All models are evaluated out-of-sample on the same 1,596 contracts from the 5-fold time-series cross-validation. The majority-class baseline (always predict UP) achieves 52.5% accuracy.
| Model | Accuracy | AUC-ROC | Sharpe (TC=0) |
|---|---|---|---|
| Majority baseline | 52.5% | 0.500 | — |
| Baseline LR | 58.2% | 0.626 | +0.223 |
| Extended LR | 62.3% | 0.684 | +0.578 |
| XGBoost | 63.5% | 0.698 | +0.693 |
Strongest predictors (from LR coefficients and SHAP values):
opening_pup_eth— strongest single predictor of BTC outcome (β = +3.55, p < 0.001)momentum_3min_btc— very strong same-asset signal (β = +6.34, p < 0.001)momentum_3min_eth— cross-asset momentum (β = +4.69, p < 0.001)opening_pup_btc— market consensus at open (β = +1.65, p = 0.033)
The cross-asset signals are the main finding. ETH opening P(UP) is a stronger predictor of BTC outcomes than BTC's own opening P(UP). This is consistent with the two assets sharing a common latent factor (crypto sentiment) that is sometimes priced faster or more strongly into ETH than BTC.
Backtesting results (threshold = 0.55, no transaction costs, $1 per trade):
- Extended LR: +$77.25 total PnL, 62.3% hit rate, Sharpe = +0.578
- Extended LR remains profitable up to ~0.2% per-trade transaction cost
- Sharpe peaks at thresholds 0.55–0.60; higher thresholds reduce trade count but improve hit rate
pm_crypto_project/
├── data/ # Raw and processed datasets, OOS prediction files
├── models/ # Core analysis pipeline (run in order)
│ ├── preprocessing.py # Data loading, validation, feature engineering, EDA
│ ├── lead_lag.py # Cross-asset lead-lag correlation analysis
│ ├── logistic_regression.py # Baseline + Extended LR with 5-fold time-series CV
│ ├── xgboost_model.py # XGBoost classifier with SHAP interpretability
│ └── backtest.py # Backtesting framework, benchmarks, TC sensitivity
├── figures/ # All generated plots (EDA, model evaluation, backtest)
├── scripts/ # Historical data collection scripts (Kalshi, Polymarket)
└── docs/ # Project background document
See models/README.md for detailed documentation of the modeling pipeline, preprocessing decisions, cross-validation methodology, evaluation statistics, and backtesting framework.

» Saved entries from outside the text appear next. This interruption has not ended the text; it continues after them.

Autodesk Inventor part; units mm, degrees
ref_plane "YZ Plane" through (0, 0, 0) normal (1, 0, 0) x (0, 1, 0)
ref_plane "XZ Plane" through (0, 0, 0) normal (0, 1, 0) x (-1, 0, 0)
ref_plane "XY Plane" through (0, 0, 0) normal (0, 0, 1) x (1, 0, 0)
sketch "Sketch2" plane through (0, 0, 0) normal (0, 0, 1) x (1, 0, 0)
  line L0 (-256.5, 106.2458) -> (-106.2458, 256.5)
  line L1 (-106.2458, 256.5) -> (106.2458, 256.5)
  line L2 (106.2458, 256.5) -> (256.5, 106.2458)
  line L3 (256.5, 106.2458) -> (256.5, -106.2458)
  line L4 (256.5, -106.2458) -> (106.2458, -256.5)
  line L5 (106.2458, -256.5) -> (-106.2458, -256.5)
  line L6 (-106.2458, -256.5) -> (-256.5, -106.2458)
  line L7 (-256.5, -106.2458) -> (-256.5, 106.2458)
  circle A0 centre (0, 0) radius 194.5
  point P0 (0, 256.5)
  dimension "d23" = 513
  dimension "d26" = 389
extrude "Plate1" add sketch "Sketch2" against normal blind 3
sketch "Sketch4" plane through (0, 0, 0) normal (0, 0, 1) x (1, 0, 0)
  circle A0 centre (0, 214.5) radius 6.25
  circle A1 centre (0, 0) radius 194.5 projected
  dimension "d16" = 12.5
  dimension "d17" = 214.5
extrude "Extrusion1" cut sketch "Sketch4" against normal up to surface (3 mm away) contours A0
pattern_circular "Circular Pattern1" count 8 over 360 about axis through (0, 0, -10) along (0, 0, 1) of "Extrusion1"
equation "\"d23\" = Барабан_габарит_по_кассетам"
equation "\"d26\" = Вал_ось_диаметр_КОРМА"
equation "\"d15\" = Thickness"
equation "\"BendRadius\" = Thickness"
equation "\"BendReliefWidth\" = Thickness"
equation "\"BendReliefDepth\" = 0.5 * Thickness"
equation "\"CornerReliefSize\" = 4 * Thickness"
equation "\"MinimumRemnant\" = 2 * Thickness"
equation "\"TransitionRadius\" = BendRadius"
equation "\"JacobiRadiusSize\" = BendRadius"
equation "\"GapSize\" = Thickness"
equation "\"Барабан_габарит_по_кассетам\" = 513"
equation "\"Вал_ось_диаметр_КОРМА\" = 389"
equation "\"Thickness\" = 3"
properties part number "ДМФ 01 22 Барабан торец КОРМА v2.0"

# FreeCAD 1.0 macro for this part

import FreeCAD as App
import Part
import Sketcher
from FreeCAD import Vector
Q = App.Units.Quantity


def add_polygon(sketch, points):
    """Adds a closed chain of lines whose ends are joined by coincident constraints."""
    first, n = sketch.GeometryCount, len(points)
    for a, b in zip(points, points[1:] + points[:1]):
        sketch.addGeometry(Part.LineSegment(App.Vector(*a, 0), App.Vector(*b, 0)), False)
    for i in range(n):
        sketch.addConstraint(Sketcher.Constraint("Coincident", first + i, 2, first + (i + 1) % n, 1))

doc = App.newDocument("Part")
body = doc.addObject("PartDesign::Body", "Body")

# Sketch on XY plane
sketch1 = body.newObject("Sketcher::SketchObject", "Sketch")
sketch1.AttachmentSupport = (doc.getObject("XY_Plane"), [""])
sketch1.MapMode = "FlatFace"
add_polygon(sketch1, [(-106.2458, 256.5), (-256.5, 106.2458), (-256.5, -106.2458), (-106.2458, -256.5), (106.2458, -256.5), (256.5, -106.2458), (256.5, 106.2458), (106.2458, 256.5)])  # lines 0-7
sketch1.addGeometry(Part.Circle(Vector(0, 0, 0), Vector(0, 0, 1), 194.5), False)  # 8
sketch1.addConstraint([
    Sketcher.Constraint("Vertical", 1),
    Sketcher.Constraint("Horizontal", 3),
    Sketcher.Constraint("Vertical", 5),
    Sketcher.Constraint("Horizontal", 7),
    Sketcher.Constraint("Coincident", 8, 3, -1, 1),
    Sketcher.Constraint("Symmetric", 0, 2, 4, 2, -1, 1),
    Sketcher.Constraint("Symmetric", 2, 2, 6, 2, -1, 1),
    Sketcher.Constraint("Perpendicular", 0, 2),
    Sketcher.Constraint("Perpendicular", 2, 4),
    Sketcher.Constraint("Perpendicular", 4, 6),
    Sketcher.Constraint("Horizontal", 1, 2, 4, 2),
    Sketcher.Constraint("Vertical", 3, 2, 6, 2),
    Sketcher.Constraint("Equal", 7, 1),
    Sketcher.Constraint("Diameter", 8, Q("389 mm")),
    Sketcher.Constraint("DistanceX", 1, 2, 4, 2, Q("513 mm")),
    Sketcher.Constraint("DistanceX", 3, 1, 3, 2, Q("212.4916 mm")),
])
pad1 = body.newObject("PartDesign::Pad", "Pad")
pad1.Profile = sketch1
pad1.Length = 3
pad1.Reversed = True

# Sketch on XY plane
sketch2 = body.newObject("Sketcher::SketchObject", "Sketch001")
sketch2.AttachmentSupport = (doc.getObject("XY_Plane"), [""])
sketch2.MapMode = "FlatFace"
sketch2.addGeometry(Part.Circle(Vector(0, 214.5, 0), Vector(0, 0, 1), 6.25), False)
sketch2.addConstraint([
    Sketcher.Constraint("PointOnObject", 0, 3, -2),
    Sketcher.Constraint("Diameter", 0, Q("12.5 mm")),
    Sketcher.Constraint("DistanceY", -1, 1, 0, 3, Q("214.5 mm")),
])
pocket1 = body.newObject("PartDesign::Pocket", "Pocket")
pocket1.Profile = sketch2
pocket1.Length = 3
doc.recompute()

polarpattern = body.newObject("PartDesign::PolarPattern", "PolarPattern")
polarpattern.Originals = [pocket1]
polarpattern.Axis = (doc.getObject("Z_Axis"), [""])
polarpattern.Angle = 360
polarpattern.Occurrences = 8
body.Tip = polarpattern

doc.recompute()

Run scripts in this order (each depends on outputs of the previous):
cd models/
python preprocessing.py # generates data/btc_contracts.csv, eth_contracts.csv, merged_contracts.csv + EDA figures
python lead_lag.py # generates data/lead_lag_result.json + cross_correlogram.png
python logistic_regression.py # generates data/lr_baseline_oos.csv, lr_extended_oos.csv + LR figures
python xgboost_model.py # generates data/xgb_oos_predictions.csv + SHAP figures
python backtest.py # generates all backtest figures; reads all OOS CSVsDependencies: pandas, numpy, scikit-learn, xgboost, shap, statsmodels, matplotlib, seaborn
Python: 3.9+
- Short data window: Two months (Feb–Mar 2026) is a thin training set. Generalization to different market regimes is untested.
- Modest effect size: 62–63% accuracy and Sharpe ~0.6–0.7 represent a real but not large edge. Transaction costs, slippage, and market impact can easily erode it.
- No live deployment: The pipeline is research-grade; it reads historical CSVs, not a live Kalshi API feed.
- Static model: No rolling retraining. If market dynamics shift, model performance may degrade without periodic refitting.